Work request. Give again, word for word, every line below from the one that has "line L0 (21.7, 7) -> (8.3, 7)" through the one that has "against normal blind 10", both included, and no others.

Supplied records.
= Beginning of Section =

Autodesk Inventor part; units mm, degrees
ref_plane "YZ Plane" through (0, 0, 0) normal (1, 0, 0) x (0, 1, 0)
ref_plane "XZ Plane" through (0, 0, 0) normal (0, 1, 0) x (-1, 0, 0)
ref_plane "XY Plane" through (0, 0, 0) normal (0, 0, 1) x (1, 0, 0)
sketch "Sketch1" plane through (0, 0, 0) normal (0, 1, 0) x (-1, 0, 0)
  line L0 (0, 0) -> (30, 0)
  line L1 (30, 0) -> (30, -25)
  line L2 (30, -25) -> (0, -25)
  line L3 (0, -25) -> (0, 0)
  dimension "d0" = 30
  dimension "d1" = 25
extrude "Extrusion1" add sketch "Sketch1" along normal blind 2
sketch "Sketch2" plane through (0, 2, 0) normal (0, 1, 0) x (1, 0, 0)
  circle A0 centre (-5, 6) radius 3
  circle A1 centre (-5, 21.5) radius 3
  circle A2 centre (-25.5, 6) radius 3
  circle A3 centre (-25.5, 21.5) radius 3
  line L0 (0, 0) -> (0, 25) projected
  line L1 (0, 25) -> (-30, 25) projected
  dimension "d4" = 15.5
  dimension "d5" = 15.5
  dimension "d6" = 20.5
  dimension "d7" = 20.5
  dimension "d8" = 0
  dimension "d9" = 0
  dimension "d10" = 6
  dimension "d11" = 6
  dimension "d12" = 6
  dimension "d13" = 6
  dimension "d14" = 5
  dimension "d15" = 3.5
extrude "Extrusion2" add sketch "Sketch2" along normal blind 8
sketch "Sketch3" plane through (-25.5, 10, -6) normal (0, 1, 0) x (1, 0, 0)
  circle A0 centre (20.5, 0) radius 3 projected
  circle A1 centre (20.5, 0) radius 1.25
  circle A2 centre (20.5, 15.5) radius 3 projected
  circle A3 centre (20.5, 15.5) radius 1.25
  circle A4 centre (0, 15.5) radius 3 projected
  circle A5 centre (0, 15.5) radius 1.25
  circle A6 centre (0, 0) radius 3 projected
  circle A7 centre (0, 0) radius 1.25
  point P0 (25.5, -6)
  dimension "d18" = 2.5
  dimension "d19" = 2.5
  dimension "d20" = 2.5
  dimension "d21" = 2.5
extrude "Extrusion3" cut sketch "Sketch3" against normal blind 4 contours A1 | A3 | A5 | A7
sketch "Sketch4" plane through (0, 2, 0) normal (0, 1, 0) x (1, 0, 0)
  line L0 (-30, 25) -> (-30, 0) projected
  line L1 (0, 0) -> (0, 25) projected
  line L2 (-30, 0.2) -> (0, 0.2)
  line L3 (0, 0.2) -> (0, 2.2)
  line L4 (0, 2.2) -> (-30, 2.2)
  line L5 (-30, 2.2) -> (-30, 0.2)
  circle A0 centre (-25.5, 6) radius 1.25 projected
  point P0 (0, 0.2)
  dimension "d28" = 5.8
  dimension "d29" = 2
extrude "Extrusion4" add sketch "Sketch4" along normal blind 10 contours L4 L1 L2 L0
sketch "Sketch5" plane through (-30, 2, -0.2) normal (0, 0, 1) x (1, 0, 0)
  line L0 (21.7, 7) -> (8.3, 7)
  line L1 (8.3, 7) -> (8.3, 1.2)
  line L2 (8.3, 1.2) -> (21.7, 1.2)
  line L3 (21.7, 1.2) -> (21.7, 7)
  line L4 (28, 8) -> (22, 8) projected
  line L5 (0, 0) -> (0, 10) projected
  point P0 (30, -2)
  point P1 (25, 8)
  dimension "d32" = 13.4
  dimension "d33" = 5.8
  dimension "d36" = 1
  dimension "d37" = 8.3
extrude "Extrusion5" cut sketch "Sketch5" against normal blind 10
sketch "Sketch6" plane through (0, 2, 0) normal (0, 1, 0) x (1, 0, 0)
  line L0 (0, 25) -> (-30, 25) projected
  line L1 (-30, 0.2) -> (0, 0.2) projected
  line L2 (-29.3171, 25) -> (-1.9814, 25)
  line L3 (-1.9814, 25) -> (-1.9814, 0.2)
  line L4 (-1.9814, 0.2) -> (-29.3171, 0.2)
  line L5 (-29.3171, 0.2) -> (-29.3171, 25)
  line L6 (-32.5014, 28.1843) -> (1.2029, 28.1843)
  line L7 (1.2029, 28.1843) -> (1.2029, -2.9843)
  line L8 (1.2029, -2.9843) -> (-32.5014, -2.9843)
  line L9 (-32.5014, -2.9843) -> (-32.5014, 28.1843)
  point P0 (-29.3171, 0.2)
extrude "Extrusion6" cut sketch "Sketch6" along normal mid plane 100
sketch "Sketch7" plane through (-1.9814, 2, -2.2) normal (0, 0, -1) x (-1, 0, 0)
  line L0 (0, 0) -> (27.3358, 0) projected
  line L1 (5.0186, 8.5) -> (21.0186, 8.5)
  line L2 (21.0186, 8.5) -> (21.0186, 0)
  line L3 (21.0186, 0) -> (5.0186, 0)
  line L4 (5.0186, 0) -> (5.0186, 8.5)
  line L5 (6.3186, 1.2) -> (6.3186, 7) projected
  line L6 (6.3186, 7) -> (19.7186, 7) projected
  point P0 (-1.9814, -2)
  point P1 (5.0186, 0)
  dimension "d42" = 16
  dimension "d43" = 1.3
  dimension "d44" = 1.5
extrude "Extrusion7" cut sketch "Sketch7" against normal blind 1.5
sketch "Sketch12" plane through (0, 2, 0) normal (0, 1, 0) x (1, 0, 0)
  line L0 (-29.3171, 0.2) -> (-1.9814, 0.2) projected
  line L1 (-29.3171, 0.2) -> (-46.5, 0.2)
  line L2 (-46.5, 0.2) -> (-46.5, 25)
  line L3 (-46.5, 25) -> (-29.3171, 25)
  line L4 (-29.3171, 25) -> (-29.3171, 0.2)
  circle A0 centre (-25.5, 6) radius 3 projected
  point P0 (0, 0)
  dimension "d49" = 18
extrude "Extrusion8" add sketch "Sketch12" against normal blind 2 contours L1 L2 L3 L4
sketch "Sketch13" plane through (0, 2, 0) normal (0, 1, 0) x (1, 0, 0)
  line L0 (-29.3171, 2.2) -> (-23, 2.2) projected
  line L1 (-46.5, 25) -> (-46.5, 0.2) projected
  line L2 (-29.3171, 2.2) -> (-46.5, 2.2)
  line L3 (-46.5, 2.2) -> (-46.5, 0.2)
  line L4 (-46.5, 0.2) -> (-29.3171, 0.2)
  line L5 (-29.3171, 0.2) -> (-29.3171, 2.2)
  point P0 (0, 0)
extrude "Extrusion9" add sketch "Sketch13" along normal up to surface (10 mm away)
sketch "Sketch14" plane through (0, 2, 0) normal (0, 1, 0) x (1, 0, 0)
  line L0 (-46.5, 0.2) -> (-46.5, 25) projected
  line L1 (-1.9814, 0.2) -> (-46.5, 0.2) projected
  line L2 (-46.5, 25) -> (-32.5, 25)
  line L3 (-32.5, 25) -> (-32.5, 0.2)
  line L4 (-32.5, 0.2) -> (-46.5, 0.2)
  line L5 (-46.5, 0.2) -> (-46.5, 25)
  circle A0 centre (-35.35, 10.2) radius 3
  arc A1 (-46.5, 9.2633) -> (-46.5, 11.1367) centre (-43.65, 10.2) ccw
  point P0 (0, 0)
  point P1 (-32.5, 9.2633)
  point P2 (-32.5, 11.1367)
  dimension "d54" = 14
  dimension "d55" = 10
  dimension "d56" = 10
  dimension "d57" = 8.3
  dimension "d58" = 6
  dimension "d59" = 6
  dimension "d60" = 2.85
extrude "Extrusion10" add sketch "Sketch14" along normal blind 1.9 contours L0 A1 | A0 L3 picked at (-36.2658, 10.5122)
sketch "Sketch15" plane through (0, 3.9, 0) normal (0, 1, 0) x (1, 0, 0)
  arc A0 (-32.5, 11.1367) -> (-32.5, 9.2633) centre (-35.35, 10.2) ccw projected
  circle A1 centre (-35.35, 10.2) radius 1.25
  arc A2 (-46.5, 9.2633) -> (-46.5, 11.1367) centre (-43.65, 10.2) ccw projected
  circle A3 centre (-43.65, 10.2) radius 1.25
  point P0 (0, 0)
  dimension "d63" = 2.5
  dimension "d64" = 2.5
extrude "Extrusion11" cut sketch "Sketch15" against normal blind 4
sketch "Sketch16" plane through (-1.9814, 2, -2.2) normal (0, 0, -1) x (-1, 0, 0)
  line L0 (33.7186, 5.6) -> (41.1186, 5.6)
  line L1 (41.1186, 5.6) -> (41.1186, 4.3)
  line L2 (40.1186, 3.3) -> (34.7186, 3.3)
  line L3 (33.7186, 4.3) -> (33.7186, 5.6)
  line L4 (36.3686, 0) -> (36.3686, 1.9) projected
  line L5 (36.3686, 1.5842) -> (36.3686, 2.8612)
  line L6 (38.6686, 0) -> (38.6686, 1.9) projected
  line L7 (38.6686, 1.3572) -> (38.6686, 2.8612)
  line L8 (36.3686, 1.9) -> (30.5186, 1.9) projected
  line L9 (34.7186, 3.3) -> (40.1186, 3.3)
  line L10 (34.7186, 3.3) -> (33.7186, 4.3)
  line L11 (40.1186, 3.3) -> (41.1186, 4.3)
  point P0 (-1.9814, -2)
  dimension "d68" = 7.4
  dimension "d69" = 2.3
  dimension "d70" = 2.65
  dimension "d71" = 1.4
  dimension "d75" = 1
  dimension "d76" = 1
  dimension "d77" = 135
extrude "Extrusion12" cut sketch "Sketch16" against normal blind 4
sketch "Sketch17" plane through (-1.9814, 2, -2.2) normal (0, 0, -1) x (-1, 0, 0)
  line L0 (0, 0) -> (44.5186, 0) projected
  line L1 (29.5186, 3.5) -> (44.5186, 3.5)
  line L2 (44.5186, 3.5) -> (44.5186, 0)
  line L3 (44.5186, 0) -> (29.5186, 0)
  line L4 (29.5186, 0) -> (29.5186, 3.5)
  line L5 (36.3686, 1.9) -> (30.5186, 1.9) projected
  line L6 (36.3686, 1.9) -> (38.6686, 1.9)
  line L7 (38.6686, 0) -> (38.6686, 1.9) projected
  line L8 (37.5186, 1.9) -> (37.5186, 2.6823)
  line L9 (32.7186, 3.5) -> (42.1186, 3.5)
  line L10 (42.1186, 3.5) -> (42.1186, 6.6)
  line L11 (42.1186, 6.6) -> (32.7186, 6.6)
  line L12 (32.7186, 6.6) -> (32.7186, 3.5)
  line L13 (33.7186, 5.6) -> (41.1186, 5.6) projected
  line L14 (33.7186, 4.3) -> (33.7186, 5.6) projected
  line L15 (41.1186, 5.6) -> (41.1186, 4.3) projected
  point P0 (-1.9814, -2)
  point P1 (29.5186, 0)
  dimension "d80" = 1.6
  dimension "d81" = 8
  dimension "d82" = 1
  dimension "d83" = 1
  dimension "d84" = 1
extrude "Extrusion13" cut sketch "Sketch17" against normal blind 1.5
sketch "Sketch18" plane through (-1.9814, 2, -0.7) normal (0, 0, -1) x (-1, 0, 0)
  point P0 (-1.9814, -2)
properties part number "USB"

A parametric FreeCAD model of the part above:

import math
import FreeCAD as App
import Part
import Sketcher

V = App.Vector

doc = App.newDocument("Part")
body = doc.addObject("PartDesign::Body", "Body")

# Sketch on XZ plane
sketch1 = body.newObject("Sketcher::SketchObject", "Sketch")
sketch1.AttachmentSupport = (doc.getObject("XZ_Plane"), [""])
sketch1.MapMode = "FlatFace"
sketch1.addGeometry([
    Part.LineSegment(V(-30, 0, 0), V(0, 0, 0)),
    Part.LineSegment(V(0, 0, 0), V(0, -25, 0)),
    Part.LineSegment(V(0, -25, 0), V(-30, -25, 0)),
    Part.LineSegment(V(-30, -25, 0), V(-30, 0, 0)),
], False)
sketch1.addConstraint([
    Sketcher.Constraint("Coincident", 0, 2, 1, 1),
    Sketcher.Constraint("Coincident", 1, 2, 2, 1),
    Sketcher.Constraint("Coincident", 2, 2, 3, 1),
    Sketcher.Constraint("Coincident", 3, 2, 0, 1),
    Sketcher.Constraint("Horizontal", 0),
    Sketcher.Constraint("Vertical", 1),
    Sketcher.Constraint("Horizontal", 2),
    Sketcher.Constraint("Vertical", 3),
    Sketcher.Constraint("Coincident", 0, 2, -1, 1),
    Sketcher.Constraint("DistanceX", 0, 1, 0, 2, 30.0),
    Sketcher.Constraint("DistanceY", 1, 2, 1, 1, 25.0),
])
pad1 = body.newObject("PartDesign::Pad", "Pad")
pad1.Profile = sketch1
pad1.Length = 2
pad1.Reversed = True

# Sketch on XZ plane
sketch2 = body.newObject("Sketcher::SketchObject", "Sketch001")
sketch2.AttachmentSupport = (doc.getObject("XZ_Plane"), [""])
sketch2.MapMode = "FlatFace"
sketch2.AttachmentOffset = App.Placement(V(0, 0, -2), App.Rotation())
sketch2.addGeometry([
    Part.Circle(V(-5, -6, 0), V(0, 0, 1), 3),
    Part.Circle(V(-5, -21.5, 0), V(0, 0, 1), 3),
    Part.Circle(V(-25.5, -6, 0), V(0, 0, 1), 3),
    Part.Circle(V(-25.5, -21.5, 0), V(0, 0, 1), 3),
], False)
sketch2.addConstraint([
    Sketcher.Constraint("Equal", 0, 1),
    Sketcher.Constraint("Equal", 1, 2),
    Sketcher.Constraint("Equal", 2, 3),
    Sketcher.Constraint("Horizontal", 0, 3, 2, 3),
    Sketcher.Constraint("Horizontal", 1, 3, 3, 3),
    Sketcher.Constraint("Vertical", 0, 3, 1, 3),
    Sketcher.Constraint("Vertical", 2, 3, 3, 3),
    Sketcher.Constraint("Diameter", 0, 6.0),
    Sketcher.Constraint("DistanceX", 0, 3, -1, 1, 5.0),
    Sketcher.Constraint("DistanceY", 0, 3, -1, 1, 6.0),
    Sketcher.Constraint("DistanceY", 1, 3, 0, 3, 15.5),
    Sketcher.Constraint("DistanceX", 2, 3, 0, 3, 20.5),
])
pad2 = body.newObject("PartDesign::Pad", "Pad001")
pad2.Profile = sketch2
pad2.Length = 8
pad2.Reversed = True

# Sketch on XZ plane
sketch3 = body.newObject("Sketcher::SketchObject", "Sketch002")
sketch3.AttachmentSupport = (doc.getObject("XZ_Plane"), [""])
sketch3.MapMode = "FlatFace"
sketch3.AttachmentOffset = App.Placement(V(0, 0, -10), App.Rotation())
sketch3.addGeometry([
    Part.Circle(V(-5, -6, 0), V(0, 0, 1), 1.25),
    Part.Circle(V(-5, -21.5, 0), V(0, 0, 1), 1.25),
    Part.Circle(V(-25.5, -21.5, 0), V(0, 0, 1), 1.25),
    Part.Circle(V(-25.5, -6, 0), V(0, 0, 1), 1.25),
], False)
sketch3.addConstraint([
    Sketcher.Constraint("Equal", 0, 1),
    Sketcher.Constraint("Equal", 1, 2),
    Sketcher.Constraint("Equal", 2, 3),
    Sketcher.Constraint("Horizontal", 1, 3, 2, 3),
    Sketcher.Constraint("Horizontal", 0, 3, 3, 3),
    Sketcher.Constraint("Vertical", 0, 3, 1, 3),
    Sketcher.Constraint("Vertical", 2, 3, 3, 3),
    Sketcher.Constraint("Diameter", 0, 2.5),
    Sketcher.Constraint("DistanceX", 0, 3, -1, 1, 5.0),
    Sketcher.Constraint("DistanceY", 0, 3, -1, 1, 6.0),
    Sketcher.Constraint("DistanceY", 1, 3, -1, 1, 21.5),
    Sketcher.Constraint("DistanceX", 2, 3, -1, 1, 25.5),
])
pocket1 = body.newObject("PartDesign::Pocket", "Pocket")
pocket1.Profile = sketch3
pocket1.Length = 4
pocket1.Reversed = True

# Sketch on XZ plane
sketch4 = body.newObject("Sketcher::SketchObject", "Sketch003")
sketch4.AttachmentSupport = (doc.getObject("XZ_Plane"), [""])
sketch4.MapMode = "FlatFace"
sketch4.AttachmentOffset = App.Placement(V(0, 0, -2), App.Rotation())
sketch4.addGeometry([
    Part.LineSegment(V(0, -2.2, 0), V(-30, -2.2, 0)),
    Part.LineSegment(V(-30, -2.2, 0), V(-30, -0.2, 0)),
    Part.LineSegment(V(-30, -0.2, 0), V(0, -0.2, 0)),
    Part.LineSegment(V(0, -0.2, 0), V(0, -2.2, 0)),
], False)
sketch4.addConstraint([
    Sketcher.Constraint("Coincident", 0, 2, 1, 1),
    Sketcher.Constraint("Coincident", 1, 2, 2, 1),
    Sketcher.Constraint("Coincident", 2, 2, 3, 1),
    Sketcher.Constraint("Coincident", 3, 2, 0, 1),
    Sketcher.Constraint("Horizontal", 0),
    Sketcher.Constraint("Vertical", 1),
    Sketcher.Constraint("Horizontal", 2),
    Sketcher.Constraint("Vertical", 3),
    Sketcher.Constraint("PointOnObject", 2, 2, -2),
    Sketcher.Constraint("DistanceY", 1, 1, 1, 2, 2.0),
    Sketcher.Constraint("DistanceX", 0, 2, 0, 1, 30.0),
    Sketcher.Constraint("DistanceY", 0, 2, -1, 1, 2.2),
])
pad3 = body.newObject("PartDesign::Pad", "Pad002")
pad3.Profile = sketch4
pad3.Length = 10
pad3.Reversed = True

= End of Section =

Response below.
  line L0 (21.7, 7) -> (8.3, 7)
  line L1 (8.3, 7) -> (8.3, 1.2)
  line L2 (8.3, 1.2) -> (21.7, 1.2)
  line L3 (21.7, 1.2) -> (21.7, 7)
  line L4 (28, 8) -> (22, 8) projected
  line L5 (0, 0) -> (0, 10) projected
  point P0 (30, -2)
  point P1 (25, 8)
  dimension "d32" = 13.4
  dimension "d33" = 5.8
  dimension "d36" = 1
  dimension "d37" = 8.3
extrude "Extrusion5" cut sketch "Sketch5" against normal blind 10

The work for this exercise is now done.